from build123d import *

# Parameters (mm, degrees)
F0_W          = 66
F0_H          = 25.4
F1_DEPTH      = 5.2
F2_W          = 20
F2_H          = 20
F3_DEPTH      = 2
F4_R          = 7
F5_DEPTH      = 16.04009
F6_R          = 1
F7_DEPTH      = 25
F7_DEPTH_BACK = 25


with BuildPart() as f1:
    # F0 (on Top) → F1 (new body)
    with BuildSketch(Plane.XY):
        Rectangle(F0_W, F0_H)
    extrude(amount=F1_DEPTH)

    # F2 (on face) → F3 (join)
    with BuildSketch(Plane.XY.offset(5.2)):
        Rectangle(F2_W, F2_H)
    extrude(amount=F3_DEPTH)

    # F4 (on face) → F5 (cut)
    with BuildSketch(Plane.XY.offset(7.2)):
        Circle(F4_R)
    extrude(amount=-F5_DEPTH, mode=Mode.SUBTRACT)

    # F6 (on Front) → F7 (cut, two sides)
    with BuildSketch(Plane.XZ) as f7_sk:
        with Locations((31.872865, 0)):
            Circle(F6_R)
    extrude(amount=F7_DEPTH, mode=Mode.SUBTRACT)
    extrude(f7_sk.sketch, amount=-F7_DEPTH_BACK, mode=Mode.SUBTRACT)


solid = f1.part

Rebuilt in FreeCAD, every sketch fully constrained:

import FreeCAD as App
import Part
import Sketcher


def add_polygon(sketch, points):
    """Adds a closed chain of lines whose ends are joined by coincident constraints."""
    first, n = sketch.GeometryCount, len(points)
    for a, b in zip(points, points[1:] + points[:1]):
        sketch.addGeometry(Part.LineSegment(App.Vector(*a, 0), App.Vector(*b, 0)), False)
    for i in range(n):
        sketch.addConstraint(Sketcher.Constraint("Coincident", first + i, 2, first + (i + 1) % n, 1))

doc = App.newDocument("Part")
body = doc.addObject("PartDesign::Body", "Body")

sketch1 = body.newObject("Sketcher::SketchObject", "Sketch")
sketch1.AttachmentSupport = (doc.getObject("XY_Plane"), [""])
sketch1.MapMode = "FlatFace"
add_polygon(sketch1, [(-33, 13), (-33, -13), (33, -13), (33, 13)])
sketch1.addConstraint([
    Sketcher.Constraint("Vertical", 0),
    Sketcher.Constraint("Horizontal", 1),
    Sketcher.Constraint("Vertical", 2),
    Sketcher.Constraint("Horizontal", 3),
    Sketcher.Constraint("Symmetric", 0, 2, 2, 2, -1, 1),
    Sketcher.Constraint("DistanceX", 1, 1, 1, 2, 66.0),
    Sketcher.Constraint("DistanceY", 0, 2, 0, 1, 25.4),
])
pad1 = body.newObject("PartDesign::Pad", "Pad")
pad1.Profile = sketch1
pad1.Length = 5.2

sketch2 = body.newObject("Sketcher::SketchObject", "Sketch001")
sketch2.AttachmentSupport = (doc.getObject("XY_Plane"), [""])
sketch2.MapMode = "FlatFace"
sketch2.AttachmentOffset = App.Placement(App.Vector(0, 0, 5.2), App.Rotation())
add_polygon(sketch2, [(-10, 10), (-10, -10), (10, -10), (10, 10)])
sketch2.addConstraint([
    Sketcher.Constraint("Vertical", 0),
    Sketcher.Constraint("Horizontal", 1),
    Sketcher.Constraint("Vertical", 2),
    Sketcher.Constraint("Horizontal", 3),
    Sketcher.Constraint("Symmetric", 0, 2, 2, 2, -1, 1),
    Sketcher.Constraint("Equal", 3, 0),
    Sketcher.Constraint("DistanceX", 1, 1, 1, 2, 20.0),
])
pad2 = body.newObject("PartDesign::Pad", "Pad001")
pad2.Profile = sketch2
pad2.Length = 2

sketch3 = body.newObject("Sketcher::SketchObject", "Sketch002")
sketch3.AttachmentSupport = (doc.getObject("XY_Plane"), [""])
sketch3.MapMode = "FlatFace"
sketch3.AttachmentOffset = App.Placement(App.Vector(0, 0, 7.2), App.Rotation())
sketch3.addGeometry(Part.Circle(App.Vector(0, 0, 0), App.Vector(0, 0, 1), 7), False)
sketch3.addConstraint([
    Sketcher.Constraint("Coincident", 0, 3, -1, 1),
    Sketcher.Constraint("Diameter", 0, 14.0),
])
pocket1 = body.newObject("PartDesign::Pocket", "Pocket")
pocket1.Profile = sketch3
pocket1.Length = 16.04009

sketch4 = body.newObject("Sketcher::SketchObject", "Sketch003")
sketch4.AttachmentSupport = (doc.getObject("XZ_Plane"), [""])
sketch4.MapMode = "FlatFace"
sketch4.addGeometry(Part.Circle(App.Vector(31.9, 0, 0), App.Vector(0, 0, 1), 1), False)
sketch4.addConstraint([
    Sketcher.Constraint("PointOnObject", 0, 3, -1),
    Sketcher.Constraint("Diameter", 0, 2.0),
    Sketcher.Constraint("DistanceX", -1, 1, 0, 3, 31.872865),
])
pocket2 = body.newObject("PartDesign::Pocket", "Pocket001")
pocket2.Profile = sketch4
pocket2.Type = "ThroughAll"
pocket2.Midplane = True

doc.recompute()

⁂

WHAT IS NEEDED: Using the listing, copy every line where the word "Rectangle" shows up.

PROBLEM SOLUTION:
        Rectangle(F0_W, F0_H)
        Rectangle(F2_W, F2_H)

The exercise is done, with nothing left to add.